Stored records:
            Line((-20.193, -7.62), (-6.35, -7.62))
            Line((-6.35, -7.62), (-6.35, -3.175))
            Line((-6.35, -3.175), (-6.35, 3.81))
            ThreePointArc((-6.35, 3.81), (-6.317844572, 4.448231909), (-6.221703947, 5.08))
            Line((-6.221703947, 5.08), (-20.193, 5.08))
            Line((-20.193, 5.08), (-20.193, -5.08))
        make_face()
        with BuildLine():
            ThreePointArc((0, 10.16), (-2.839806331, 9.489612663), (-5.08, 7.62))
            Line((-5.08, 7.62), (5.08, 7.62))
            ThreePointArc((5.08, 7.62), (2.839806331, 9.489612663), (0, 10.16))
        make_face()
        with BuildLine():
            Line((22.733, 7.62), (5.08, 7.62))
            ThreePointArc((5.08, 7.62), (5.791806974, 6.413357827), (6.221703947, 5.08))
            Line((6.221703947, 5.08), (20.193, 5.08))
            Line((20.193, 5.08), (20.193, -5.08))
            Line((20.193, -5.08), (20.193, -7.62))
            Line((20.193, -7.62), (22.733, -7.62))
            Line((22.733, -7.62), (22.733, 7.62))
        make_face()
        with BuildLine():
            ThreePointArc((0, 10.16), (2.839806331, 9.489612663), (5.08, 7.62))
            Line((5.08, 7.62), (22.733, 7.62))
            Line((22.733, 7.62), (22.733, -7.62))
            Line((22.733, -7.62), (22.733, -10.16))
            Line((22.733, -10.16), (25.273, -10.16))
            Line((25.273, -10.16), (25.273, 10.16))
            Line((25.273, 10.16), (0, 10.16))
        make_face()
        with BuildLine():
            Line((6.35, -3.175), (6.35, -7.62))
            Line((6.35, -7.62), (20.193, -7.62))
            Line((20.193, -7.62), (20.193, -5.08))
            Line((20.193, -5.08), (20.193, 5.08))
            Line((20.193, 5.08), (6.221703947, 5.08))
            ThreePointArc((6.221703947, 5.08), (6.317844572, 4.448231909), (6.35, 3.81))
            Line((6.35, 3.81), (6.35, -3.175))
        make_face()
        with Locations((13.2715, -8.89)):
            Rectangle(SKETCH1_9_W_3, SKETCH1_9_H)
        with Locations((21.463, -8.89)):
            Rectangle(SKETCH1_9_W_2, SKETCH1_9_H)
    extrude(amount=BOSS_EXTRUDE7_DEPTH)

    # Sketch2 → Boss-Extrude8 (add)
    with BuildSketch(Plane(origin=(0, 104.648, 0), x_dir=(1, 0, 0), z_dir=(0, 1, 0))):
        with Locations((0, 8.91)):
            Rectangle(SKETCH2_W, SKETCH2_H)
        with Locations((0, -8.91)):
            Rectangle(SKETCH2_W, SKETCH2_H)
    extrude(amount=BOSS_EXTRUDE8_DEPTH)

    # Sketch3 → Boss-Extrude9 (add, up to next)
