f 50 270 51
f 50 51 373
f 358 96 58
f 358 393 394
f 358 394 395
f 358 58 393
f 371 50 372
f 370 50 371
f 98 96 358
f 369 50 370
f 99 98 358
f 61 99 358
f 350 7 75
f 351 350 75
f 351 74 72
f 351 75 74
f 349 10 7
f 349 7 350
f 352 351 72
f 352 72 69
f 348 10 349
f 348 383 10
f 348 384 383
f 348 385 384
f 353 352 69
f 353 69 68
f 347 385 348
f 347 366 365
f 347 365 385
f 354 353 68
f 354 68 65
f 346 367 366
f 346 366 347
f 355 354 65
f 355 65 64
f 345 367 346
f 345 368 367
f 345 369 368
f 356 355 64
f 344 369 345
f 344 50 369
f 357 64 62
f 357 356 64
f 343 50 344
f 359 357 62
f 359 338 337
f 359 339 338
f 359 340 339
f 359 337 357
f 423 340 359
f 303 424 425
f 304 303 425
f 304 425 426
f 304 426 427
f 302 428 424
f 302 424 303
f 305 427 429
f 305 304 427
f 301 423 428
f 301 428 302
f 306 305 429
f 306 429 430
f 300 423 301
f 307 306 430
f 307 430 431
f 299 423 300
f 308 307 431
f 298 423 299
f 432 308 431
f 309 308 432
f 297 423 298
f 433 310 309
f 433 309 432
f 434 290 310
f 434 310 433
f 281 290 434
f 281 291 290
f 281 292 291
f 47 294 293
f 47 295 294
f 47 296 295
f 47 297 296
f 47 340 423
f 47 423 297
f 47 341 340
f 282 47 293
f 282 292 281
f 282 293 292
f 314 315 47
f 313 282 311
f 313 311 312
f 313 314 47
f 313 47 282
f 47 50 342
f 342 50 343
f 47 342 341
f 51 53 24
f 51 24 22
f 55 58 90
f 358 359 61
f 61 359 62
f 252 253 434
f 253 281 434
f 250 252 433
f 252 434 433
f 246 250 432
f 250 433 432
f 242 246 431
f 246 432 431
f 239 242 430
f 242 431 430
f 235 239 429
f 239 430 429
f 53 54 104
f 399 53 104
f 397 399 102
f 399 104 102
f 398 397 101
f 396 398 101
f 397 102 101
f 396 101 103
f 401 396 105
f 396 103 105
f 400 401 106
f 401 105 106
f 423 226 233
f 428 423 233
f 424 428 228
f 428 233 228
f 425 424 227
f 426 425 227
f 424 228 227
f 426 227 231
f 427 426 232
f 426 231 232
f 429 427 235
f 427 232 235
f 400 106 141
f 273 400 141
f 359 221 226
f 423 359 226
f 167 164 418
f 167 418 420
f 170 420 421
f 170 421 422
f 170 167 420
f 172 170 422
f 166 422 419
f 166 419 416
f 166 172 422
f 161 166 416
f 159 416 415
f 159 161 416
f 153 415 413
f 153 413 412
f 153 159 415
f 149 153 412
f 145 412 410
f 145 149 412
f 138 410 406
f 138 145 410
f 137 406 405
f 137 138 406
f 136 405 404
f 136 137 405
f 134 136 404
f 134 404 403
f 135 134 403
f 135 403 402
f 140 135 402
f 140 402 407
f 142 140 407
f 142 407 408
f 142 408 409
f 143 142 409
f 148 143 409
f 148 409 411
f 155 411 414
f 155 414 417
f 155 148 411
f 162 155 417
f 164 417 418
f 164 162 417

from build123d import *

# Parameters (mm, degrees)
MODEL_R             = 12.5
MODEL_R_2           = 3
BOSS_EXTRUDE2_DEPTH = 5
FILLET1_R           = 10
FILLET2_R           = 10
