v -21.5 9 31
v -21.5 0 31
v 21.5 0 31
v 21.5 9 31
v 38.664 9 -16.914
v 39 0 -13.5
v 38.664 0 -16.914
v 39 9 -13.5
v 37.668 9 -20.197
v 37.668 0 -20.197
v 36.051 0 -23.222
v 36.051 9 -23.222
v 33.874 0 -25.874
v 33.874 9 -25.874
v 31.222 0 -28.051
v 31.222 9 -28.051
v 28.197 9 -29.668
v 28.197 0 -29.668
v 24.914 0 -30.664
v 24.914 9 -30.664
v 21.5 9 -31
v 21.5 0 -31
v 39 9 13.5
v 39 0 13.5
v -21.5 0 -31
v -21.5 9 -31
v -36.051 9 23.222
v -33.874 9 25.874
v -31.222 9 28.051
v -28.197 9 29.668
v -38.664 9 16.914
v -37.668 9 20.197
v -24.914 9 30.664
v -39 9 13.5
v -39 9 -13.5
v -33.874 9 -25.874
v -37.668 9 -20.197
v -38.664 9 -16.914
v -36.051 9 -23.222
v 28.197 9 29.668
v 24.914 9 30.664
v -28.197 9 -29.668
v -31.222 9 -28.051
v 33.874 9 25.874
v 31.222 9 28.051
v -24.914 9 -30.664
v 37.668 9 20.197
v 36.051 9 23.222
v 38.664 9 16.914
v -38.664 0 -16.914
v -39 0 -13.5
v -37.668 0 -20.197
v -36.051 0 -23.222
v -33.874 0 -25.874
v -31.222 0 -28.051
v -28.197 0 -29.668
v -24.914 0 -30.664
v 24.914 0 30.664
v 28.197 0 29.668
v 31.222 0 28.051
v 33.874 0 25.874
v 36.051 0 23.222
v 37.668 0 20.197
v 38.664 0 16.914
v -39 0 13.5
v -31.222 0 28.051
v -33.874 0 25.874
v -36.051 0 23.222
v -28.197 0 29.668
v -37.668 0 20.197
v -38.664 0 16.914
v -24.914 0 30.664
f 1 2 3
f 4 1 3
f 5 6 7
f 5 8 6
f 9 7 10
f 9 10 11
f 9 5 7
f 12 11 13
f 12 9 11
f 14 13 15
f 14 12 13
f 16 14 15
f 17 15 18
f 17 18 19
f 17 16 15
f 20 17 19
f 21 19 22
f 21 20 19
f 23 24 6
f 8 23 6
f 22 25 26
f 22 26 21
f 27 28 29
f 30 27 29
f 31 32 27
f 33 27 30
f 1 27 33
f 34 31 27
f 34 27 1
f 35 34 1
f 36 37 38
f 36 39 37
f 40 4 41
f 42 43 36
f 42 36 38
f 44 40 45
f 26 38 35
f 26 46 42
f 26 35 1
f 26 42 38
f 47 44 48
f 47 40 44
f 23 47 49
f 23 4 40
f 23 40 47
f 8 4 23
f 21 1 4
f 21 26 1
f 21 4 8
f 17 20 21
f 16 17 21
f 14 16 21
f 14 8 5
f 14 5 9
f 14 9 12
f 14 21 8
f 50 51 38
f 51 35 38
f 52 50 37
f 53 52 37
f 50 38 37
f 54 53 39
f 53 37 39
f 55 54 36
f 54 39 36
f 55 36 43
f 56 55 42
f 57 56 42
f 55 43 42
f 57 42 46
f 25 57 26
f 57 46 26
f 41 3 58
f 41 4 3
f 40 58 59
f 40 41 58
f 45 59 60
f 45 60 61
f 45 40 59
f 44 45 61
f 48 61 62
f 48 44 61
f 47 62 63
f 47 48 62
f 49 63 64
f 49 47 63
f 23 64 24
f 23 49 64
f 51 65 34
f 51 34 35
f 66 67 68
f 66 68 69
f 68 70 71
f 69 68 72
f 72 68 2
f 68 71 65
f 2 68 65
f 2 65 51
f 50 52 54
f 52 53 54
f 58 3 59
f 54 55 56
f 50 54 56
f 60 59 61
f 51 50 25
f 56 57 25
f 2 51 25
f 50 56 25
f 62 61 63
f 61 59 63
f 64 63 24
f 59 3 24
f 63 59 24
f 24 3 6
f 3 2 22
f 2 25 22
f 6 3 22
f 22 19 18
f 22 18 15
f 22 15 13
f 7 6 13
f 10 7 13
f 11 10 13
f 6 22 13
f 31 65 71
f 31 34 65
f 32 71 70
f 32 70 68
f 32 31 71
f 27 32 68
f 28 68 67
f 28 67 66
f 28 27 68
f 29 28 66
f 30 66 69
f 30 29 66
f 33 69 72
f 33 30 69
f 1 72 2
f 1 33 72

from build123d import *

# Parameters (mm, degrees)
ESQUISSE1_W        = 78
ESQUISSE1_H        = 62
BOSS_EXTRU_1_DEPTH = 9
CONG_1_R           = 17.5


with BuildPart() as part:
    # Esquisse1 → Boss.-Extru.1 (new body)
    with BuildSketch(Plane(origin=(0, 0, 0), x_dir=(1, 0, 0), z_dir=(0, 1, 0))):
        Rectangle(ESQUISSE1_W, ESQUISSE1_H)
    extrude(amount=BOSS_EXTRU_1_DEPTH)

    # Congé1
    cong_1_edges = [part.edges().sort_by_distance(p)[0] for p in [
        (-39, 4.5, -31),
        (39, 4.5, -31),
        (39, 4.5, 31),
        (-39, 4.5, 31),
    ]]
    fillet(cong_1_edges, radius=CONG_1_R)


solid = part.part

Work to complete
From the entries above, write out only the lines starting at the line that holds "f 358 58 393" and ending at the line that holds "f 347 385 348", keeping both and matching them exactly.

Exercise answer
f 358 58 393
f 371 50 372
f 370 50 371
f 98 96 358
f 369 50 370
f 99 98 358
f 61 99 358
f 350 7 75
f 351 350 75
f 351 74 72
f 351 75 74
f 349 10 7
f 349 7 350
f 352 351 72
f 352 72 69
f 348 10 349
f 348 383 10
f 348 384 383
f 348 385 384
f 353 352 69
f 353 69 68
f 347 385 348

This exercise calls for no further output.